-- EXERCISE INPUTS follows --

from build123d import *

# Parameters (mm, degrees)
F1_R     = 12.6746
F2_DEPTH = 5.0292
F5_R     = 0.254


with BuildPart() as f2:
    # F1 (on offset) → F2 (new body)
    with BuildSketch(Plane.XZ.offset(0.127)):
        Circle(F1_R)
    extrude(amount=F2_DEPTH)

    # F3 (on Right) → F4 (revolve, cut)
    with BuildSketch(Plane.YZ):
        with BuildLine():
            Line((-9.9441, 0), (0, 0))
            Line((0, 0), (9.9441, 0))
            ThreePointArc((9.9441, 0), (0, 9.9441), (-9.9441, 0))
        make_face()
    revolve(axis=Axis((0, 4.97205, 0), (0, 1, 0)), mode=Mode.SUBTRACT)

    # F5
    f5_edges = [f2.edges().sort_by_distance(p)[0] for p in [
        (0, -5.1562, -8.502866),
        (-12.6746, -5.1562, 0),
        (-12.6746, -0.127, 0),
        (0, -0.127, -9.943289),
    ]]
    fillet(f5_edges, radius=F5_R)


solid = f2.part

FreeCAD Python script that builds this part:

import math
import FreeCAD as App
import Part
import Sketcher
from FreeCAD import Vector
Q = App.Units.Quantity


def edges_at(feature, points):
    """Names of the edges that pass closest to the given points."""
    edges = feature.Shape.Edges
    near = lambda p: min(range(len(edges)), key=lambda i: edges[i].distToShape(Part.Vertex(*p))[0])
    return sorted({f"Edge{near(p) + 1}" for p in points})

doc = App.newDocument("Part")
body = doc.addObject("PartDesign::Body", "Body")

sketch1 = body.newObject("Sketcher::SketchObject", "Sketch")
sketch1.AttachmentSupport = (doc.getObject("XZ_Plane"), [""])
sketch1.MapMode = "FlatFace"
sketch1.AttachmentOffset = App.Placement(Vector(0, 0, 0.005 * 25.4), App.Rotation())
sketch1.addGeometry(Part.Circle(Vector(0, 0, 0), Vector(0, 0, 1), 13), False)
sketch1.addConstraint(Sketcher.Constraint("Coincident", 0, 3, -1, 1))
sketch1.addConstraint(Sketcher.Constraint("Diameter", 0, Q("0.998 in")))
pad1 = body.newObject("PartDesign::Pad", "Pad")
pad1.Profile = sketch1
pad1.Length = Q("0.198 in")

sketch2 = body.newObject("Sketcher::SketchObject", "Sketch001")
sketch2.AttachmentSupport = (doc.getObject("YZ_Plane"), [""])
sketch2.MapMode = "FlatFace"
sketch2.addGeometry(Part.LineSegment(Vector(-10, 0, 0), Vector(10, 0, 0)), False)
sketch2.addGeometry(Part.ArcOfCircle(Part.Circle(Vector(0, 0, 0), Vector(0, 0, 1), 10), math.radians(0), math.radians(180)), False)
sketch2.addConstraint(Sketcher.Constraint("Coincident", 0, 1, 1, 2))
sketch2.addConstraint(Sketcher.Constraint("Coincident", 1, 1, 0, 2))
sketch2.addConstraint(Sketcher.Constraint("Horizontal", 0))
sketch2.addConstraint(Sketcher.Constraint("Coincident", 1, 3, -1, 1))
sketch2.addConstraint(Sketcher.Constraint("PointOnObject", 0, 1, -1))
sketch2.addConstraint(Sketcher.Constraint("Radius", 1, Q("0.3915 in")))
groove = body.newObject("PartDesign::Groove", "Groove")
groove.Profile = sketch2
groove.ReferenceAxis = (sketch2, ["H_Axis"])
groove.Angle = 360
doc.recompute()

fillet = body.newObject("PartDesign::Fillet", "Fillet")
fillet.Base = (groove, edges_at(groove, [
    (0, -5.156, -8.503),
    (-12.675, -5.156, 0),
    (-12.675, -0.127, 0),
    (0, -0.127, -9.943),
]))
fillet.Radius = Q("0.01 in")

doc.recompute()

-- EXERCISE INPUTS concluded --

_WHAT IS BEING ASKED_
The answer is the lines above between the line holding "f5_edges = [f2.edges().sort_by_distance(p)[0]" and the line holding "FreeCAD Python script", inclusive, each written out exactly, and no others.

_RESPONSE AREA_
    f5_edges = [f2.edges().sort_by_distance(p)[0] for p in [
        (0, -5.1562, -8.502866),
        (-12.6746, -5.1562, 0),
        (-12.6746, -0.127, 0),
        (0, -0.127, -9.943289),
    ]]
    fillet(f5_edges, radius=F5_R)


solid = f2.part

FreeCAD Python script that builds this part:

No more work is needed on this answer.